* **EXERCISE DIRECTIONS**: Once you reach the line containing "v 49.01 0 0.142" in the entries below, write out that line and each one after it down to the line containing "v 50.966 0 -0.259", exactly and with nothing added.

* **SUPPLIED DATA**:
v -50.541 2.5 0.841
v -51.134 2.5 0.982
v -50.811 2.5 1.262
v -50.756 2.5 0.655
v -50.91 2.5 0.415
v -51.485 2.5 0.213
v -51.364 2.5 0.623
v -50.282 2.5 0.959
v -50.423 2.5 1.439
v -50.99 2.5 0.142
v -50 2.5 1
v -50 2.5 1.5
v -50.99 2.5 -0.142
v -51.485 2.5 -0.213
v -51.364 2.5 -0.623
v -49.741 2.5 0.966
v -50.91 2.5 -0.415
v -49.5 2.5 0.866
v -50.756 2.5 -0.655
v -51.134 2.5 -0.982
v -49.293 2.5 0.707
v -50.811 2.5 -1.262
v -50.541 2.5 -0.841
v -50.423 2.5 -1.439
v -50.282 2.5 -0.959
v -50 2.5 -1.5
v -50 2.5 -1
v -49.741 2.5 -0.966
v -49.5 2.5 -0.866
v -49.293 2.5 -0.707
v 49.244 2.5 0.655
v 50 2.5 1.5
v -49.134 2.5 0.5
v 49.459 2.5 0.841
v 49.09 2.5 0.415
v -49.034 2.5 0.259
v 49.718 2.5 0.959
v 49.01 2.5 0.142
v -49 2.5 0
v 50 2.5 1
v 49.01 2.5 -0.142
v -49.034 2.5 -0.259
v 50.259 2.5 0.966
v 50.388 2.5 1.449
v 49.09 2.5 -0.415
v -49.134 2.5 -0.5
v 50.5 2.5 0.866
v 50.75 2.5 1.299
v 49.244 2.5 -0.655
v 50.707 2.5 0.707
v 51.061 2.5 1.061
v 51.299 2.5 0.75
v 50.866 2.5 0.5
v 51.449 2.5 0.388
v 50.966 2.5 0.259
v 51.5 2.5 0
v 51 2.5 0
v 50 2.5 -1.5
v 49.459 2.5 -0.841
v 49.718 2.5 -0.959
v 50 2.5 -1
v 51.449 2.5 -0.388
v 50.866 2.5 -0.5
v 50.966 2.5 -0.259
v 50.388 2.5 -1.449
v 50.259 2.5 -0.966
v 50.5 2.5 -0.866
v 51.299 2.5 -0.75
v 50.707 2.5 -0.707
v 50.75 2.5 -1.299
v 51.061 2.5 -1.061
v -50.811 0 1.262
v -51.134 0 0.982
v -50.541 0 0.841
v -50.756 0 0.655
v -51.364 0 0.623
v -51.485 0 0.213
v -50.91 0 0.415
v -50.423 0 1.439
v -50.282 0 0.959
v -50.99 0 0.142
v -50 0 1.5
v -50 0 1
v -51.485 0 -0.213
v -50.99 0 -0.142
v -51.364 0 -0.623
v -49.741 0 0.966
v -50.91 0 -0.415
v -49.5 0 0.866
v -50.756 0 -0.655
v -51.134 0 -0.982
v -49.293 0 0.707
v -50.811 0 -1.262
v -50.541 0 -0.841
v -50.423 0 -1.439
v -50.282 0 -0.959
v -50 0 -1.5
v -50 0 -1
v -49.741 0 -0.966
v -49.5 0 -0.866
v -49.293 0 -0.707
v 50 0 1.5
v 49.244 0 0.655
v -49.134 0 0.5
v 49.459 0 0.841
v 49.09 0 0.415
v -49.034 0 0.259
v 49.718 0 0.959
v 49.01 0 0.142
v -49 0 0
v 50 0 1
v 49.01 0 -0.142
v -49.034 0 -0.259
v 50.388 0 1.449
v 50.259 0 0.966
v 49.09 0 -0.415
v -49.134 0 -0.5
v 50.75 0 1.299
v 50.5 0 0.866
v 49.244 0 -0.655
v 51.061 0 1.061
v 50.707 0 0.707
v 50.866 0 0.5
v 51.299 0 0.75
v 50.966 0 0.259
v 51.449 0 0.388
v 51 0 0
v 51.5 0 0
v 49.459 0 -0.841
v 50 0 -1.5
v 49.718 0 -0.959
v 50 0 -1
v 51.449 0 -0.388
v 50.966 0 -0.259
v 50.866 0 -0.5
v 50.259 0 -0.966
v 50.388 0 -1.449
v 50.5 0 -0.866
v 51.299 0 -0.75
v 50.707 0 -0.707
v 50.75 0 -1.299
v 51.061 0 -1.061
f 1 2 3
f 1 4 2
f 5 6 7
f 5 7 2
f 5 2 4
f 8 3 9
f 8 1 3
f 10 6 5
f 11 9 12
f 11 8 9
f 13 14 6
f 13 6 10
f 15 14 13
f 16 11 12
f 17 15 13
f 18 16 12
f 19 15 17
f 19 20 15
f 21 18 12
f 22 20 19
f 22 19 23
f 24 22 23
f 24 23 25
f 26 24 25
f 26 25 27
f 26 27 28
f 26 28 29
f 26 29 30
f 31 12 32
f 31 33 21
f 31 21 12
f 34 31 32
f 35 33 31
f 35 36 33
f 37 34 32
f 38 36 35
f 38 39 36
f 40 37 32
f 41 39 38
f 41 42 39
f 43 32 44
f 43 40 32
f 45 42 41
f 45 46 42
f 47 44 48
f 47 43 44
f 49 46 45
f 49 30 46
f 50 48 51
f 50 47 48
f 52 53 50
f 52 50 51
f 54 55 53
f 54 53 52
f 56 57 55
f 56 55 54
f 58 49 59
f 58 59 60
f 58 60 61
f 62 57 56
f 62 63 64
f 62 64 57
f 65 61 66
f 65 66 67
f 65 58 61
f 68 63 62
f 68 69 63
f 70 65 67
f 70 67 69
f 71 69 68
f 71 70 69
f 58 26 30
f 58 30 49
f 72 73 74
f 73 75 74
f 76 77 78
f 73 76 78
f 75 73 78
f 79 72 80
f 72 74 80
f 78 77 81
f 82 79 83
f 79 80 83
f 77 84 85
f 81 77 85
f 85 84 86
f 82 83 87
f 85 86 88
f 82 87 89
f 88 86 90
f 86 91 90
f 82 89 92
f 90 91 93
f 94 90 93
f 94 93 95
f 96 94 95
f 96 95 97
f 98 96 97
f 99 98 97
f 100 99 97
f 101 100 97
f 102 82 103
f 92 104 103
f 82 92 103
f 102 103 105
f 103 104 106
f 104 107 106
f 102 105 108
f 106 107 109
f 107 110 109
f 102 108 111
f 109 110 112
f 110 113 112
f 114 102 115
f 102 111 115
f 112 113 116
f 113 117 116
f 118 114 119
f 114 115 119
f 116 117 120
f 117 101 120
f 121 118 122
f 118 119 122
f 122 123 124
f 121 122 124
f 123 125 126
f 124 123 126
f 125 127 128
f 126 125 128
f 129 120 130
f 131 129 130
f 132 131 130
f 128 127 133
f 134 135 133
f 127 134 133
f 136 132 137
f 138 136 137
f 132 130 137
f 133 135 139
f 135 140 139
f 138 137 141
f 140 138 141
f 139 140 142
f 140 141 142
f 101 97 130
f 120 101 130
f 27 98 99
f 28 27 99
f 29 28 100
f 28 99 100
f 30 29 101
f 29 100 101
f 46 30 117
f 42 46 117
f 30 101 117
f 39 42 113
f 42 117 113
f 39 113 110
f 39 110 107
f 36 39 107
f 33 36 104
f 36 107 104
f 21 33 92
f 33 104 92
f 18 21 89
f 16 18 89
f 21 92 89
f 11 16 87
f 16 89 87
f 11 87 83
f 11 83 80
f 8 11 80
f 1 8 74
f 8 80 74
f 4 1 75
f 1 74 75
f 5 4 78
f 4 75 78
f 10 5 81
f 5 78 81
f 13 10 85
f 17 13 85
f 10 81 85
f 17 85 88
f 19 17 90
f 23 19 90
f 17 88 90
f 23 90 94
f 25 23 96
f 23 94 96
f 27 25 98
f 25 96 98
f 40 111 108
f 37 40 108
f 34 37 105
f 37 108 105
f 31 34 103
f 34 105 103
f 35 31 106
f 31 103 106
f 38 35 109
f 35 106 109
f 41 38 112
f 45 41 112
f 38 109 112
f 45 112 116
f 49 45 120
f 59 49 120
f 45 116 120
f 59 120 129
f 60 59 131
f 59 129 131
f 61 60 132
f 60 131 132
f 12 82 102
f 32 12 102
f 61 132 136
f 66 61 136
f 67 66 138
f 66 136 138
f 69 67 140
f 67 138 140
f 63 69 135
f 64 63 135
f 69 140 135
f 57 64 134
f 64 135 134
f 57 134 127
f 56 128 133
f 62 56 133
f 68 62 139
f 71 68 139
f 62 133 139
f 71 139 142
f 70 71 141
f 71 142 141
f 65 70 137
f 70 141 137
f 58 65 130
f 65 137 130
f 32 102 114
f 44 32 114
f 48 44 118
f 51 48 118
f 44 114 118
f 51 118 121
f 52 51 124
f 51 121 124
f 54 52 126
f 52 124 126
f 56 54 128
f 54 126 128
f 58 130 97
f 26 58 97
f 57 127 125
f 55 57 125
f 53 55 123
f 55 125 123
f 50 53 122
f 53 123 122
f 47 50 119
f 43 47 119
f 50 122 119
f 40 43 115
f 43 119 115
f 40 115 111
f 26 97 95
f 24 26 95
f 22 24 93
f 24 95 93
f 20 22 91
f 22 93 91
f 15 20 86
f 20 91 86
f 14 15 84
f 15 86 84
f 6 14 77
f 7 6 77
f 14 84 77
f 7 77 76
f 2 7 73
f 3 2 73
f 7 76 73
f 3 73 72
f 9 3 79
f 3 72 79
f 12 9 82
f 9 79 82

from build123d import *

# Parameters (mm, degrees)
BOSS_EXTRUDE1_DEPTH = 2.5


with BuildPart() as part:
    # Sketch1 → Boss-Extrude1 (new body)
    with BuildSketch(Plane(origin=(0, 0, 0), x_dir=(1, 0, 0), z_dir=(0, 1, 0))):
        with BuildLine():
            ThreePointArc((-50, 1.5), (-51.5, 0), (-50, -1.5))
            Line((-50, -1.5), (-50, -1))
            ThreePointArc((-50, -1), (-51, 0), (-50, 1))
            Line((-50, 1), (-50, 1.5))
        make_face()
        with BuildLine():
            Line((-50, -1), (-50, -1.5))
            ThreePointArc((-50, -1.5), (-48.939339828, -1.060660172), (-48.5, 0))
            ThreePointArc((-48.5, 0), (-48.939339828, 1.060660172), (-50, 1.5))
            Line((-50, 1.5), (-50, 1))
            ThreePointArc((-50, 1), (-49.292893219, 0.707106781), (-49, 0))
            ThreePointArc((-49, 0), (-49.292893219, -0.707106781), (-50, -1))
        make_face()
        with BuildLine():
            ThreePointArc((-48.5, 0), (-48.939339828, -1.060660172), (-50, -1.5))
            Line((-50, -1.5), (50, -1.5))
            ThreePointArc((50, -1.5), (48.5, 0), (50, 1.5))
            Line((50, 1.5), (-50, 1.5))
            ThreePointArc((-50, 1.5), (-48.939339828, 1.060660172), (-48.5, 0))
        make_face()
        with BuildLine():
            ThreePointArc((50, 1.5), (48.5, 0), (50, -1.5))
            Line((50, -1.5), (50, -1))
            ThreePointArc((50, -1), (49, 0), (50, 1))
            Line((50, 1), (50, 1.5))
        make_face()
        with BuildLine():
            Line((50, -1), (50, -1.5))
            ThreePointArc((50, -1.5), (51.060660172, -1.060660172), (51.5, 0))
            ThreePointArc((51.5, 0), (51.060660172, 1.060660172), (50, 1.5))
            Line((50, 1.5), (50, 1))
            ThreePointArc((50, 1), (50.707106781, 0.707106781), (51, 0))
            ThreePointArc((51, 0), (50.707106781, -0.707106781), (50, -1))
        make_face()
    extrude(amount=BOSS_EXTRUDE1_DEPTH)


solid = part.part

* **FINISHED EXERCISE**:
v 49.01 0 0.142
v -49 0 0
v 50 0 1
v 49.01 0 -0.142
v -49.034 0 -0.259
v 50.388 0 1.449
v 50.259 0 0.966
v 49.09 0 -0.415
v -49.134 0 -0.5
v 50.75 0 1.299
v 50.5 0 0.866
v 49.244 0 -0.655
v 51.061 0 1.061
v 50.707 0 0.707
v 50.866 0 0.5
v 51.299 0 0.75
v 50.966 0 0.259
v 51.449 0 0.388
v 51 0 0
v 51.5 0 0
v 49.459 0 -0.841
v 50 0 -1.5
v 49.718 0 -0.959
v 50 0 -1
v 51.449 0 -0.388
v 50.966 0 -0.259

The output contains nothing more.